Serious side effects may be more likely in older adults and those who are overweight, malnourished, or debilitated.
Common side effects may include:
- dizziness, drowsiness, weakness;
- nausea, constipation;
- sleep problems (insomnia); or
- feeling nervous, anxious, or restless.
This is not a complete list of side effects and others may occur. Call your doctor for medical advice about side effects. You may report side effects to FDA at 1-800-FDA-1088.
What other drugs will affect codeine, guaifenesin, and pseudoephedrine?
Ask a doctor or pharmacist before using this medicine if you are also using any other drugs, including prescription and over-the-counter medicines, vitamins, and herbal products. Some medicines can cause unwanted or dangerous effects when used together. Not all possible interactions are listed in this medication guide.
Taking codeine, guaifenesin, and pseudoephedrine with other drugs that make you sleepy or slow your breathing can cause dangerous side effects or death. Ask your doctor before taking a sleeping pill, narcotic pain medicine, prescription cough medicine, a muscle relaxer, or medicine for anxiety, depression, or seizures.
Where can I get more information?
Your pharmacist can provide more information about codeine, guaifenesin, and pseudoephedrine.

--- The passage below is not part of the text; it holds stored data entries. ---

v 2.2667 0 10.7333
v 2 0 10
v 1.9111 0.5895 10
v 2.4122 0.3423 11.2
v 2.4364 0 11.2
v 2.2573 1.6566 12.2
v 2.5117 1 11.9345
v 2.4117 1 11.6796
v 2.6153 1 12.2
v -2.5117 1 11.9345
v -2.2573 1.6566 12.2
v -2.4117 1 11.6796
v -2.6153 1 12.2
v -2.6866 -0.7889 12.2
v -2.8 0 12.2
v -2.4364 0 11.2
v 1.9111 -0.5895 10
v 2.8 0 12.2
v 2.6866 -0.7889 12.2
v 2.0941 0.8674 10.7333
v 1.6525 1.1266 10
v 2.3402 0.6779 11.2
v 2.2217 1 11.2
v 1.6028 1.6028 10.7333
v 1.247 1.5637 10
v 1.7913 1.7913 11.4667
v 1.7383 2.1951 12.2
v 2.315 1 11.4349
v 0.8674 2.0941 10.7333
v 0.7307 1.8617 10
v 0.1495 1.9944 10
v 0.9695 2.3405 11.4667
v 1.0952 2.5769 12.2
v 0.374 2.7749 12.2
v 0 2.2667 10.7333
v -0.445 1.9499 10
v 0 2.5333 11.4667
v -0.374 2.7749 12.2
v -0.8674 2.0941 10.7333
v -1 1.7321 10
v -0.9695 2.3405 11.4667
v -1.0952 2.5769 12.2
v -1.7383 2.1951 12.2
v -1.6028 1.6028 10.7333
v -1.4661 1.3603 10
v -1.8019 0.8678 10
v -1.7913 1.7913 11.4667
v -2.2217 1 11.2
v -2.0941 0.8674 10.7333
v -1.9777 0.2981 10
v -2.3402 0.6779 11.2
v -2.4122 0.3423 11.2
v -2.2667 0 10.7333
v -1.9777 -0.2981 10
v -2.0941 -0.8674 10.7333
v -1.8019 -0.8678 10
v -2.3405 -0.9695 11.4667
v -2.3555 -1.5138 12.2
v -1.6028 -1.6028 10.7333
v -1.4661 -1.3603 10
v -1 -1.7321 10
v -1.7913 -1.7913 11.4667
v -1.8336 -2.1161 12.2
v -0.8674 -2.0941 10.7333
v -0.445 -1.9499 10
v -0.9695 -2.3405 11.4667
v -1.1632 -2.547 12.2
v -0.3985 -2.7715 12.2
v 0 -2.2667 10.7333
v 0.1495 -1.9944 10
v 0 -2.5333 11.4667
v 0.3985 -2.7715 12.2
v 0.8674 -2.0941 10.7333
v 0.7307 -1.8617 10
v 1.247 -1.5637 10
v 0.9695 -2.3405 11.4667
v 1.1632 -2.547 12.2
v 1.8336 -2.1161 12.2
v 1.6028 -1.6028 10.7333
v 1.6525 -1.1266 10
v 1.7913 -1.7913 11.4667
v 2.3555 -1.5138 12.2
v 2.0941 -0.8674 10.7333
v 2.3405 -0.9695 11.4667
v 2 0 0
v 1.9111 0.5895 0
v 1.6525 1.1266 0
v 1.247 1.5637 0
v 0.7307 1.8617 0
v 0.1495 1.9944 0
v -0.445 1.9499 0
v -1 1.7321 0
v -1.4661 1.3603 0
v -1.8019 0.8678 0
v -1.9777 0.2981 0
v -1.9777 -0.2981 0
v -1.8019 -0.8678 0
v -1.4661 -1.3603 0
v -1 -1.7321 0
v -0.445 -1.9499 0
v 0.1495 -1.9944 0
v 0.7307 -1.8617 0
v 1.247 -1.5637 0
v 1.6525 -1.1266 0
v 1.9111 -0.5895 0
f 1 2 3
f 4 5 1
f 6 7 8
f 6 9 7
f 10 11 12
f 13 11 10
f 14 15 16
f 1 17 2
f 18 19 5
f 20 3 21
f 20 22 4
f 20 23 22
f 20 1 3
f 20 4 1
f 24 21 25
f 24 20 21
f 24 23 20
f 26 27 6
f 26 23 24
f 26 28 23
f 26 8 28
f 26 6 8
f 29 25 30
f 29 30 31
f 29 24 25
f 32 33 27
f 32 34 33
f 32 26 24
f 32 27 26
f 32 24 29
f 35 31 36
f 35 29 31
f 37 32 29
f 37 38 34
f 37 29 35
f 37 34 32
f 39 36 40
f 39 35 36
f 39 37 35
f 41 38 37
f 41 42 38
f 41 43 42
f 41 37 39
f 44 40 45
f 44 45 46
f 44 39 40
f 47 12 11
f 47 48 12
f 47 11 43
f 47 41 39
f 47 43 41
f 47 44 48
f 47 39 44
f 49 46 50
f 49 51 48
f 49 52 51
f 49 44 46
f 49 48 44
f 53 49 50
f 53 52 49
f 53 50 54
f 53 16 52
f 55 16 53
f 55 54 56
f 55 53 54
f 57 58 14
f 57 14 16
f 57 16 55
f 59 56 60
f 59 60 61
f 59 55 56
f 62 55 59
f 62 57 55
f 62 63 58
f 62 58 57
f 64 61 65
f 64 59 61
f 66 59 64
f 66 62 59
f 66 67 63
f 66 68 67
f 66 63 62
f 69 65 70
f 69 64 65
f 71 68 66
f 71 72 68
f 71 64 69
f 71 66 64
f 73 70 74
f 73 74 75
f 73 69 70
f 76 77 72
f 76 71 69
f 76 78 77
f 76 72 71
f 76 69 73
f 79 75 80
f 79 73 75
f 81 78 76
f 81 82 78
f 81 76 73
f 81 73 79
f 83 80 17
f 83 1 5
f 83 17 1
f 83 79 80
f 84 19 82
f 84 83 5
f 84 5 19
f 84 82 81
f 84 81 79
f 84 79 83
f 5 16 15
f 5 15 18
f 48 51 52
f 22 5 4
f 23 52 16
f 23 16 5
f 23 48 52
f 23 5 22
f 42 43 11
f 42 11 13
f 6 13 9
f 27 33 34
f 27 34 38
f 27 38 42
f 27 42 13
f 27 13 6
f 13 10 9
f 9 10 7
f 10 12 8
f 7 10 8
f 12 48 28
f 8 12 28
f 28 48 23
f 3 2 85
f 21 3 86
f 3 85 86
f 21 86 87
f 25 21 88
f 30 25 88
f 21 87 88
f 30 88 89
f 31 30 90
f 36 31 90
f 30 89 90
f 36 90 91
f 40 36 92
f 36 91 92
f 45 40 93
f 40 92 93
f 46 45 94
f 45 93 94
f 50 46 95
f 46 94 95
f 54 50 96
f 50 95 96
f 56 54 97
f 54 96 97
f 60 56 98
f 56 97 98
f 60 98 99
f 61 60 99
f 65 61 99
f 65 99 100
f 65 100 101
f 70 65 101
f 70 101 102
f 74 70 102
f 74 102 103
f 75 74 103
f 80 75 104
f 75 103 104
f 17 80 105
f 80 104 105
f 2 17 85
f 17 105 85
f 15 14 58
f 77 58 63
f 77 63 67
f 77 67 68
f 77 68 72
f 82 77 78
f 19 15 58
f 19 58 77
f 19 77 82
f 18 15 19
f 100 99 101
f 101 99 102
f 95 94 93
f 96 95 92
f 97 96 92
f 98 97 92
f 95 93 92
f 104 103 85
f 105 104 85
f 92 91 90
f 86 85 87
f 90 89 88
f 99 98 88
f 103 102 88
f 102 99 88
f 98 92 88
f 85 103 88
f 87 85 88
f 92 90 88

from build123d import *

# Parameters (mm, degrees)
BOX_W          = 10
BOX_H          = 1
BOX_DEPTH      = 2
CYLINDER_R     = 2
CYLINDER_DEPTH = 10


with BuildPart() as cube:
    # Box → Box (new body)
    with BuildSketch(Plane(origin=(-5, 0, 11.2), x_dir=(1, 0, 0), z_dir=(0, 0, 1))):
        with Locations((5, 0.5)):
            Rectangle(BOX_W, BOX_H)
    extrude(amount=BOX_DEPTH)


with BuildPart() as cut:
    # Cone → Cone (revolve)
    with BuildSketch(Plane(origin=(0, 0, 10), x_dir=(1, 0, 0), z_dir=(0, -1, 0))):
        Polygon((0, 0), (2, 0), (2.8, 2.2), (0, 2.2), align=None)
    revolve(axis=Axis((0, 0, 10), (0, 0, 1)))

    # Cut: cut Cube
    add(cube.part, mode=Mode.SUBTRACT)


with BuildPart() as fusion:
    # Cylinder → Cylinder (new body)
    with BuildSketch(Plane.XY):
        Circle(CYLINDER_R)
    extrude(amount=CYLINDER_DEPTH)

    # Fusion: union Cut
    add(cut.part)


solid = fusion.part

Remember, keep this and all other medicines out of the reach of children, never share your medicines with others, and use this medication only for the indication prescribed.
Every effort has been made to ensure that the information provided by Cerner Multum, Inc. ('Multum') is accurate, up-to-date, and complete, but no guarantee is made to that effect. Drug information contained herein may be time sensitive. Multum information has been compiled for use by healthcare practitioners and consumers in the United States and therefore Multum does not warrant that uses outside of the United States are appropriate, unless specifically indicated otherwise. Multum's drug information does not endorse drugs, diagnose patients or recommend therapy. Multum's drug information is an informational resource designed to assist licensed healthcare practitioners in caring for their patients and/or to serve consumers viewing this service as a supplement to, and not a substitute for, the expertise, skill, knowledge and judgment of healthcare practitioners. The absence of a warning for a given drug or drug combination in no way should be construed to indicate that the drug or drug combination is safe, effective or appropriate for any given patient. Multum does not assume any responsibility for any aspect of healthcare administered with the aid of information Multum provides. The information contained herein is not intended to cover all possible uses, directions, precautions, warnings, drug interactions, allergic reactions, or adverse effects. If you have questions about the drugs you are taking, check with your doctor, nurse or pharmacist.